Выбрать главу

«На этой могиле всегда цветы… Сюда, широко протоптанной дорожкой, идут и идут дети. Это ученики нашей школы. Пионерский отряд четвертого класса борется за присвоение ему имени Лелечен-ко. Знать о герое как можно больше, заполнить страницы короткой, как вспышка, жизни, не потерять ничего, сберечь до крупицы воспоминания о А. Г. Лелеченко всех, кто его знал, кто был с ним рядом, — такую цель поставили перед собой пионеры… М. Чернова, село Степное».

— Меня все спрашивают: почему на Полтавщине, а не в Киеве? Я и не думала, что буду жить в Киеве, но здесь учится Лена, на отцовском факультете. Это все и решило насчет места жительства. Позднее. А тогда было единственное место, где приняли наше горе, как свое, — Степное. Не нужны были никакие бумажки и разрешения… Буквально спасла меня тетя, Дина Федосеевна Агеева: минуты не давала быть одной, и это не один день… А кто бы мне помог так здесь?

У меня ни на кого нет обиды. Горе проверило и друзей, и недругов, весомость и слов, и поступков. Теперь я знаю и другое: Саню не спасли бы и в Москве… По тому, на какие сутки умер, можно судить о дозе. Сам же Саша иначе поступить не мог, он всегда был таким, хотя и я плакала сначала: почему именно он?.. Многие дети обязаны Саше за своих отцов. Но их любовь достается мне.

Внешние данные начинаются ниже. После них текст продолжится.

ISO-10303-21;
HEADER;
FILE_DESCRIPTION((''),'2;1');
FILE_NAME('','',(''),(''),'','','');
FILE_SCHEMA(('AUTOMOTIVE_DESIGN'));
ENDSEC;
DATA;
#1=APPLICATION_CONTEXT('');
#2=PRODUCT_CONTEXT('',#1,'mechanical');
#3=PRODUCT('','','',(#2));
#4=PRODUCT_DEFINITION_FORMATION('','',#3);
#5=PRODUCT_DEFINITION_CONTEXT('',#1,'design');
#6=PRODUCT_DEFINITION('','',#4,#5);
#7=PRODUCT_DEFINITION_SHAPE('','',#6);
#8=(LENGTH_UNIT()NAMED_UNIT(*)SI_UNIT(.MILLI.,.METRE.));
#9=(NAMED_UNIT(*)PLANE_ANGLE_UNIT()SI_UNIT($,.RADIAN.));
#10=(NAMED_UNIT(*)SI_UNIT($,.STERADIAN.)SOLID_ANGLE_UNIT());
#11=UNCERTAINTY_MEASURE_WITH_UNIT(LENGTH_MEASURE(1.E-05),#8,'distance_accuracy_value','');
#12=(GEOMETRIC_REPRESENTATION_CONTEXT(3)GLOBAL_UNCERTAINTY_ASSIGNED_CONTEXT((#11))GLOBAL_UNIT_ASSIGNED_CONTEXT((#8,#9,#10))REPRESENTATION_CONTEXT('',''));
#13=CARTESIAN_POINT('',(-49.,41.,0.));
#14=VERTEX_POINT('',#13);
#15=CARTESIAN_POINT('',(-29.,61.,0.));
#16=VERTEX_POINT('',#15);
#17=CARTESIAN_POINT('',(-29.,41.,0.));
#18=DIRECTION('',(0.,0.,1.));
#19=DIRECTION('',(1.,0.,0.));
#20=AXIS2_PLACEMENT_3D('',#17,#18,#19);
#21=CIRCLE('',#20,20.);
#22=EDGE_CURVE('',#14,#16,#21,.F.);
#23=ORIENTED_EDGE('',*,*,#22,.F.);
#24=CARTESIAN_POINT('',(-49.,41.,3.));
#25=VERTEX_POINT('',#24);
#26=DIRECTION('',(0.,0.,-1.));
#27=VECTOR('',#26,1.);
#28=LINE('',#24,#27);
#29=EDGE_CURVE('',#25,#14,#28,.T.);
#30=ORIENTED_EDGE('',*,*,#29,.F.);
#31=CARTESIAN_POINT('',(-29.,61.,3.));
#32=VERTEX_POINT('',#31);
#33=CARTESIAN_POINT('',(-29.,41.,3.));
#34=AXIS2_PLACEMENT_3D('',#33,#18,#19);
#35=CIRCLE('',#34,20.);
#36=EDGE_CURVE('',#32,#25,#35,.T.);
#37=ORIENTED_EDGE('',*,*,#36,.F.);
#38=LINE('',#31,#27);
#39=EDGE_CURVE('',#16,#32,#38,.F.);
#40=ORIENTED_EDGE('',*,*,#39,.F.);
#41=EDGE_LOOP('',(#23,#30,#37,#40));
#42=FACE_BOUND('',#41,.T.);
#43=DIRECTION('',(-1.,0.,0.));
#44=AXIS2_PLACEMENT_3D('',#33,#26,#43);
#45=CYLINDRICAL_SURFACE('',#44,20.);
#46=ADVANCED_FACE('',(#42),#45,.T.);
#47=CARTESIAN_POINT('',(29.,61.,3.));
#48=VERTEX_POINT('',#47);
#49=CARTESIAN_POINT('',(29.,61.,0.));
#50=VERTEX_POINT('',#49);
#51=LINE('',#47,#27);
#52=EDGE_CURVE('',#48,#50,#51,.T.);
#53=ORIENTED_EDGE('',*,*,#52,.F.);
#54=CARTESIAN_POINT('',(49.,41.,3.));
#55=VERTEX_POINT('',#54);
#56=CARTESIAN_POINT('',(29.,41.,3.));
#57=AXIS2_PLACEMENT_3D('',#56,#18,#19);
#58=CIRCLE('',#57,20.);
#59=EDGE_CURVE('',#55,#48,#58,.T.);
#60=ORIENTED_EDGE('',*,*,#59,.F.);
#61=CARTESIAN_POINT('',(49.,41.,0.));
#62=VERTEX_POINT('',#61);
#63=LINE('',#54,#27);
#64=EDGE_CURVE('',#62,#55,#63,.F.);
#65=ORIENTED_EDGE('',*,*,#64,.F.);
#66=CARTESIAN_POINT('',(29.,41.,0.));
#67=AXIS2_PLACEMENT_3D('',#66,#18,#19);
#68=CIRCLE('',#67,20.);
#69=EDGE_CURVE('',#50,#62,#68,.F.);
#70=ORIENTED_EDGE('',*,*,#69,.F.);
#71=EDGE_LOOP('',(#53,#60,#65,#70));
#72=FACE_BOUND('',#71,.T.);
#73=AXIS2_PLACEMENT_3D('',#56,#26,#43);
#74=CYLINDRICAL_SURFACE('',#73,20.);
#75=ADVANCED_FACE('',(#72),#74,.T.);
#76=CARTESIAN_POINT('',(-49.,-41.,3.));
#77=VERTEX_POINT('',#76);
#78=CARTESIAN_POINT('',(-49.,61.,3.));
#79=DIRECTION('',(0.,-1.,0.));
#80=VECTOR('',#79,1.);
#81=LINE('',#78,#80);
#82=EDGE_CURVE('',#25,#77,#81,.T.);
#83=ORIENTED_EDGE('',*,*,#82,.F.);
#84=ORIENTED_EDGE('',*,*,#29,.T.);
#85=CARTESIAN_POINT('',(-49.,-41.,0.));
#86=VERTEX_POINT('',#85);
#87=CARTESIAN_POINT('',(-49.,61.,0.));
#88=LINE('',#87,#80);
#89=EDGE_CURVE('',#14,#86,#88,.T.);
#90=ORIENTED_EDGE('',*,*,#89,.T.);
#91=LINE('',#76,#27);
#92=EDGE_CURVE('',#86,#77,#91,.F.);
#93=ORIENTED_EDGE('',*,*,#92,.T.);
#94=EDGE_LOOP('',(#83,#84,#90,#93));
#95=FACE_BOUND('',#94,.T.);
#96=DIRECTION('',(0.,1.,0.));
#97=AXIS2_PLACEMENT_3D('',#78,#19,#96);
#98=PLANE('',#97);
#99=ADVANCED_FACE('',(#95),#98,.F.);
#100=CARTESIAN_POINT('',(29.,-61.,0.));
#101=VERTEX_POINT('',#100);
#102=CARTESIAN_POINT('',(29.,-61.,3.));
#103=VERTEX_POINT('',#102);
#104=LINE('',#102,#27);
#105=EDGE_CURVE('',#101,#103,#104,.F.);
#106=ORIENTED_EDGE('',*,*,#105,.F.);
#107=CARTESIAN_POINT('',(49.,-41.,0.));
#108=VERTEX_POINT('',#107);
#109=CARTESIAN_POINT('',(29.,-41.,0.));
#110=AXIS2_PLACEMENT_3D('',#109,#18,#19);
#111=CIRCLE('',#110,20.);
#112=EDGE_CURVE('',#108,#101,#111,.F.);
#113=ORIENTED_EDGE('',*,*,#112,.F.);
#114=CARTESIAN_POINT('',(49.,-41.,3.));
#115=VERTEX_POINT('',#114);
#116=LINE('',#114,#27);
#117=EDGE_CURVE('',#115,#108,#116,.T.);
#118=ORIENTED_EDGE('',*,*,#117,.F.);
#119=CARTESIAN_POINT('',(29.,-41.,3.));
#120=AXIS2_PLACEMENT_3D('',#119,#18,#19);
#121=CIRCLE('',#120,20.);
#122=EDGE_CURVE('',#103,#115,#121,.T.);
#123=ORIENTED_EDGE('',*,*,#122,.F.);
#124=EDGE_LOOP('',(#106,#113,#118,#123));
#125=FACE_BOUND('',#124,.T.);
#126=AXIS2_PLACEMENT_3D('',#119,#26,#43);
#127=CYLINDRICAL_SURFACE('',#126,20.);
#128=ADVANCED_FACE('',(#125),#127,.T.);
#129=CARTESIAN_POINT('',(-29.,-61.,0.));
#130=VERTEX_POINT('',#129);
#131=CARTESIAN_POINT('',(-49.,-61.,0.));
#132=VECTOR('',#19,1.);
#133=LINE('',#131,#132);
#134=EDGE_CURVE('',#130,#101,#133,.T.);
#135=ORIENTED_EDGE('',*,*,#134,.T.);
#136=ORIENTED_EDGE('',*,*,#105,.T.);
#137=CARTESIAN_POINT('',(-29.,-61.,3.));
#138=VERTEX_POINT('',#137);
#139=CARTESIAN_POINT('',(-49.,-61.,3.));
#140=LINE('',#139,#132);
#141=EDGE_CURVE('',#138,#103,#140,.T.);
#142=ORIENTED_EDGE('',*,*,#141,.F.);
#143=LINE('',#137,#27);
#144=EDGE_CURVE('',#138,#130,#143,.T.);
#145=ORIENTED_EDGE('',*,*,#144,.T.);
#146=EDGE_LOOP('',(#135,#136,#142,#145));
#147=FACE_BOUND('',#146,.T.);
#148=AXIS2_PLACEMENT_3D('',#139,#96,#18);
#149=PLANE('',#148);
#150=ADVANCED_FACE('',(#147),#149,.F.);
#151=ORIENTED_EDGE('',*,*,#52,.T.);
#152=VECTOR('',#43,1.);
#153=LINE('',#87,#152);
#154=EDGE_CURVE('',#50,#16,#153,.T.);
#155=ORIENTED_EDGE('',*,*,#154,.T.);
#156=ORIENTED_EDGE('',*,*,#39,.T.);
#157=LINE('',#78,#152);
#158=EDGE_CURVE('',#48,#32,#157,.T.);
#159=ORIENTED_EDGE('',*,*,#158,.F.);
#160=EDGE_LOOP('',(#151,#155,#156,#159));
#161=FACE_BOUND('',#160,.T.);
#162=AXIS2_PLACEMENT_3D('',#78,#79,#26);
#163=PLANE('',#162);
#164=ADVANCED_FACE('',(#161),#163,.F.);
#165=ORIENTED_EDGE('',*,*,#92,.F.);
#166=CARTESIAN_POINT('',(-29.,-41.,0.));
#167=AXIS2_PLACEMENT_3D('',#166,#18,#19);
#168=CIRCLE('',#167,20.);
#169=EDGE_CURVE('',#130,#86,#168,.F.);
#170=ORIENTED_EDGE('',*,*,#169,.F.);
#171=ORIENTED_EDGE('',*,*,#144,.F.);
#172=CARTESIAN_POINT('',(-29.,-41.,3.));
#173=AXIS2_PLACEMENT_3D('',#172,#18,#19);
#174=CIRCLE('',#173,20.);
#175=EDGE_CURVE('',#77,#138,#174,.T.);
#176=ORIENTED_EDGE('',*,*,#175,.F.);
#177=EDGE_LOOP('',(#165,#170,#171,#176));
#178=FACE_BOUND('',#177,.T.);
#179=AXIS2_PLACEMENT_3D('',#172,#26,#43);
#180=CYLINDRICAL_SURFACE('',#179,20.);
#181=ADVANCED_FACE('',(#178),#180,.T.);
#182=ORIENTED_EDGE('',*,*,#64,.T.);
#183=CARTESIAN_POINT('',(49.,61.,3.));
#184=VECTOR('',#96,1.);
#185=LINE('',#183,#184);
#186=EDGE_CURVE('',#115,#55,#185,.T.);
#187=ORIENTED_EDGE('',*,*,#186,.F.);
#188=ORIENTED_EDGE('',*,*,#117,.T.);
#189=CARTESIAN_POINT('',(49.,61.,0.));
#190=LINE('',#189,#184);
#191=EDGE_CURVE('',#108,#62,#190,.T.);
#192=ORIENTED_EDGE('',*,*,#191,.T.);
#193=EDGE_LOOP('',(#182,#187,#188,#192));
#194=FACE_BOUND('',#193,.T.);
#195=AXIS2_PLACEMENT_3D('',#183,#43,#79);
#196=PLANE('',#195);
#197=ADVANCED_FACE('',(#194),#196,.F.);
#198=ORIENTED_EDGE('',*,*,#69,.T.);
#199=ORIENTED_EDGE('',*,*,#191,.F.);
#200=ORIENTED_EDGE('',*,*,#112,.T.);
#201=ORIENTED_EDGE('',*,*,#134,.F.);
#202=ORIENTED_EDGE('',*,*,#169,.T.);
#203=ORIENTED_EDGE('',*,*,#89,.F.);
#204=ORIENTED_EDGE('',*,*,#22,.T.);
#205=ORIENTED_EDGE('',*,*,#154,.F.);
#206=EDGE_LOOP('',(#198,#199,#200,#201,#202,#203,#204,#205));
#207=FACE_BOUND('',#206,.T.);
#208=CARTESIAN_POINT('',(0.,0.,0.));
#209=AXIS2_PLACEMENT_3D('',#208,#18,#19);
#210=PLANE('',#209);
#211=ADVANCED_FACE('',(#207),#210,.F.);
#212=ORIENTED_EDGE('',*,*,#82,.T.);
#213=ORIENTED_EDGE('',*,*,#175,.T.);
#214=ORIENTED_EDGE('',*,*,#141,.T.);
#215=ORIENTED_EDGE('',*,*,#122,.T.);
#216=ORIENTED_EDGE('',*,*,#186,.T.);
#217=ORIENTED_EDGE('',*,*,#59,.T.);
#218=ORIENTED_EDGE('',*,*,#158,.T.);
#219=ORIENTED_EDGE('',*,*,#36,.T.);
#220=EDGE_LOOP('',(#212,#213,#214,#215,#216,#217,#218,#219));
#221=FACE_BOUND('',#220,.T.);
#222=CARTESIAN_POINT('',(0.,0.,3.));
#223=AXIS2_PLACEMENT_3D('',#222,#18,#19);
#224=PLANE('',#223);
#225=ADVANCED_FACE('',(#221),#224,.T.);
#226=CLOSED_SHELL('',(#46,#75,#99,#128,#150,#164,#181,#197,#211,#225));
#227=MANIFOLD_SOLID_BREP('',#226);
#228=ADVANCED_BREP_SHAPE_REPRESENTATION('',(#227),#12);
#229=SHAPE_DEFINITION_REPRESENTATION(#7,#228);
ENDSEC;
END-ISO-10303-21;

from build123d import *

# Parameters (mm, degrees)
SKETCH_1_W      = 98
SKETCH_1_H      = 122
EXTRUDE_1_DEPTH = 3
FILLET_1_R      = 20


with BuildPart() as part:
    # 草图1 → 凸台-拉伸1 (new body)
    with BuildSketch(Plane.XY):
        Rectangle(SKETCH_1_W, SKETCH_1_H)
    extrude(amount=EXTRUDE_1_DEPTH)

    # 圆角1
    fillet_1_edges = [part.edges().sort_by_distance(p)[0] for p in [
        (49, -61, 1.5),
        (-49, -61, 1.5),
        (-49, 61, 1.5),
        (49, 61, 1.5),
    ]]
    fillet(fillet_1_edges, radius=FILLET_1_R)


solid = part.part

«Здравствуйте, дорогие Люба и Леночка! До сих пор так тяжело и не верится, что Саши нет… До чего же несправедливо в жизни. Нашла все Сашины письма, как хорошо, что я их сохранила. Нашла письмо, где Люба пишет, что «у всех моих сестер мужья хоть и звезд с неба не хватают, но очень приличные люди». А Саня ниже написал: «Видите ли, ей звезды, оказывается, надо! Но ты-то знаешь, какие Мы!!! «Могём» и звезды!»

Старики

Не спалось бабке Елизавете…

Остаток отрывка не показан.